Outro fenômeno recente, envolvendo a mística que associa a qualidade do vinho com o local onde ele é produzido, é o florescimento do turismo em regiões vinícolas, que oferecem como atração, além da degustação e venda de vinhos, a visita às vinícolas, a gastronomia e a cultura locais. Na esteira desse processo, florescem mercados associados ao crescimento do prestígio da bebida, com a venda de acessórios para a conservação do vinho (adegas climatizadas), para a degustação (decantadores, taças) e do conhecimento necessário a uma degustação competente (cursos, literatura especializada). Em outras palavras, o mercado do vinho, apesar de em termos relativos não ser muito expressivo (participação no Produto Interno Bruto, receita de exportação), é um segmento com um dinamismo muito significativo e que está contribuindo para a dinamização de economias locais.

VI. UM CASO DE INCLUSÃO E REGENERAÇÃO DE ECONOMIA VINÍCOLA LOCAL: TRADIÇÃO E INOVAÇÃO NO VALE DOS VINHEDOS

Na região reconhecida como a maior produtora de uva e vinho do Brasil, localiza-se o distrito de Vale dos Vinhedos, que faz parte do município de Bento Gonçalves. Há nessa região a presença de muitas vinícolas, a maioria das quais pequenas empresas5 5 Do total de vinícolas, 63,5% são caracterizadas como pequenas empresas, 31% enquadram-se como de médio porte e apenas 5,5% são consideradas como empresas degrande porte (BRASIL. MINISTÉRIO DO TRABALHO E EMPREGO, 2005). de origem familiar, administradas por descendentes das famílias de imigrantes italianos que passaram a estabelecer-se no local nas últimas décadas do século XIX.
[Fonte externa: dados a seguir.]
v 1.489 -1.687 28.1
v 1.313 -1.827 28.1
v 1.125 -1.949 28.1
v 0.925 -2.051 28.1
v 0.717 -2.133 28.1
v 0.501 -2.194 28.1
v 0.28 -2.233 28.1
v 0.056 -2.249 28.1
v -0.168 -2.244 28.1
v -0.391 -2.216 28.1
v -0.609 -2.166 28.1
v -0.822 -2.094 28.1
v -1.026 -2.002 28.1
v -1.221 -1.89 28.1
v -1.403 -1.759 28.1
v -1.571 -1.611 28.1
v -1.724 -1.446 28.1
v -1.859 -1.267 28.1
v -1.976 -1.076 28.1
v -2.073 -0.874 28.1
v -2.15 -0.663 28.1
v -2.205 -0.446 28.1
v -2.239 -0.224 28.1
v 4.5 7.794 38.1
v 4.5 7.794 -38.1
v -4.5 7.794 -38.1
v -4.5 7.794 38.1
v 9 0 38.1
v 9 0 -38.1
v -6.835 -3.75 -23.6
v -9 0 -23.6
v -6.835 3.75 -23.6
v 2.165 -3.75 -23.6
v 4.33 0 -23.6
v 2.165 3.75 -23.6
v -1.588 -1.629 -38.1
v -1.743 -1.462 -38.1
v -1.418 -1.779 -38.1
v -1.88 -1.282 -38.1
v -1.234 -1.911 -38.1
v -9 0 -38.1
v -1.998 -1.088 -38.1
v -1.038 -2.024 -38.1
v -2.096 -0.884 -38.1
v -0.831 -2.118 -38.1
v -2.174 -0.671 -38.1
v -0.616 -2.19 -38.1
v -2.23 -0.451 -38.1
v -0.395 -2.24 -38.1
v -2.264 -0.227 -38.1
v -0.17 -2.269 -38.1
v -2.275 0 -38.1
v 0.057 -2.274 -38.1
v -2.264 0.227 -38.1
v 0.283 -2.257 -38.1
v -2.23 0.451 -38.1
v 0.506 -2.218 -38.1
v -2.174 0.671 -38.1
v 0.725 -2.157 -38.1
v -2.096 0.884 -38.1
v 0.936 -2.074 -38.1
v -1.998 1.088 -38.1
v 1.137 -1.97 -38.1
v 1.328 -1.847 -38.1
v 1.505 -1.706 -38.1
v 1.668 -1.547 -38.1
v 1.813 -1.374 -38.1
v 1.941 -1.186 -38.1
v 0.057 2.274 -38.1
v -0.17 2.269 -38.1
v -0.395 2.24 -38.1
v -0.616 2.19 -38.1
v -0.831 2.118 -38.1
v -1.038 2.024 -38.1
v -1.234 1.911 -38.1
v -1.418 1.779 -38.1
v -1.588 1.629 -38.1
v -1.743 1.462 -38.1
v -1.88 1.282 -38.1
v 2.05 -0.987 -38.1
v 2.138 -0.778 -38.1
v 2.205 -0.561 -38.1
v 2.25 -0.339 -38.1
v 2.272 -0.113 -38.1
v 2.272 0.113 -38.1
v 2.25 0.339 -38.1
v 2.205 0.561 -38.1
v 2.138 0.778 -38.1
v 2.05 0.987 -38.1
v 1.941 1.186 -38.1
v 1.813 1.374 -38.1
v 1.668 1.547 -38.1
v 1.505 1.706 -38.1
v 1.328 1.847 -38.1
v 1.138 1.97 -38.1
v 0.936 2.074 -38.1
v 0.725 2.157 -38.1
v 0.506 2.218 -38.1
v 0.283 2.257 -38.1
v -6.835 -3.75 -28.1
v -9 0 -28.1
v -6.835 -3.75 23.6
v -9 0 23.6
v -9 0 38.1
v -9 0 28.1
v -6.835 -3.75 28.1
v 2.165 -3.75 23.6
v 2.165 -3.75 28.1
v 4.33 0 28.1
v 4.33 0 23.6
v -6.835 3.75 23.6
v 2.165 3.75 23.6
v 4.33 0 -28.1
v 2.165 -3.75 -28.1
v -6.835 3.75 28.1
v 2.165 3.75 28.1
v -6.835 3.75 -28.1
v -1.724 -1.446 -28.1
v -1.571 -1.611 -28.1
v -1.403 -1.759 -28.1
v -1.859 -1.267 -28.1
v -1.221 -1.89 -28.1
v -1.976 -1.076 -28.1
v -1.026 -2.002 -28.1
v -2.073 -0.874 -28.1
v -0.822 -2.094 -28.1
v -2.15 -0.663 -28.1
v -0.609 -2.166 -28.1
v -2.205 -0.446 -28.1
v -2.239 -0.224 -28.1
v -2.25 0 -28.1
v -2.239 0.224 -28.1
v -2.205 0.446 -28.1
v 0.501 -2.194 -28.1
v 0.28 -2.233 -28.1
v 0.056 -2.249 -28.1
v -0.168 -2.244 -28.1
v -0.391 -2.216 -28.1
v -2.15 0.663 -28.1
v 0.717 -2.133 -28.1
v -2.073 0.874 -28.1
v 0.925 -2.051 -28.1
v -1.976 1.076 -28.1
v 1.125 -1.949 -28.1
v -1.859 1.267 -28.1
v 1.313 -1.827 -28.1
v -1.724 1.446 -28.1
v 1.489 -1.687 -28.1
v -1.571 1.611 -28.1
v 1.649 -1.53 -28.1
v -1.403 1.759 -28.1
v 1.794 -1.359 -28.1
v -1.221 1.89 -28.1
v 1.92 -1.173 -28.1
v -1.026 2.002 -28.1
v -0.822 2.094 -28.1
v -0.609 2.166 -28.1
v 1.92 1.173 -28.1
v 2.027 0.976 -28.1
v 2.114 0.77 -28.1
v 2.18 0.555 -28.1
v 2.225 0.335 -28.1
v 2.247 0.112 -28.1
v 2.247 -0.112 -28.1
Além da sua tradição na produção de vinhos, o Vale dos Vinhedos vem investindo em infra-estrutura turística na tentativa de incrementar essa atividade econômica associada à produção do vinho, procurando aproveitar o crescimento do consumo, do prestígio da bebida e da "onda" de turismo temático a ela referenciada. Ao longo das estradas que cortam a vegetação característica da encosta da serra gaúcha, encontram-se diversas vinícolas, hotéis, restaurantes, pousadas e queijarias. Sendo assim, as vinícolas localizam-se junto a uma zona de grande potencial turístico, reforçado pelo simbolismo atribuído ao vinho, o que gera uma imensa curiosidade nas pessoas que querem saber onde e como são produzidos os vinhos que eles consomem. Muitas vezes, meros turistas transformam-se em consumidores e multiplicadores do hábito, após uma vista a esses locais. Assim, a imagem da bebida é apreendida através de um significado inerente à região produtora: o vinho pode até não precisar desse entorno turístico e tradicional para ser produzido, mas para ser vendido, sim.

Observa-se que mesmo em empresas vinícolas que ainda estão firmemente assentadas sobre uma organização familiar, é crescente a inovação por meio da aquisição de equipamentos modernos, do plantio de castas viníferas, da contratação de técnicos em enologia e da qualificação de sua mão-de-obra. Essa inovação na região articula-se a um resgate de tradições que haviam sido perdidas ao longo de décadas de perda de prestígio da produção de vinho.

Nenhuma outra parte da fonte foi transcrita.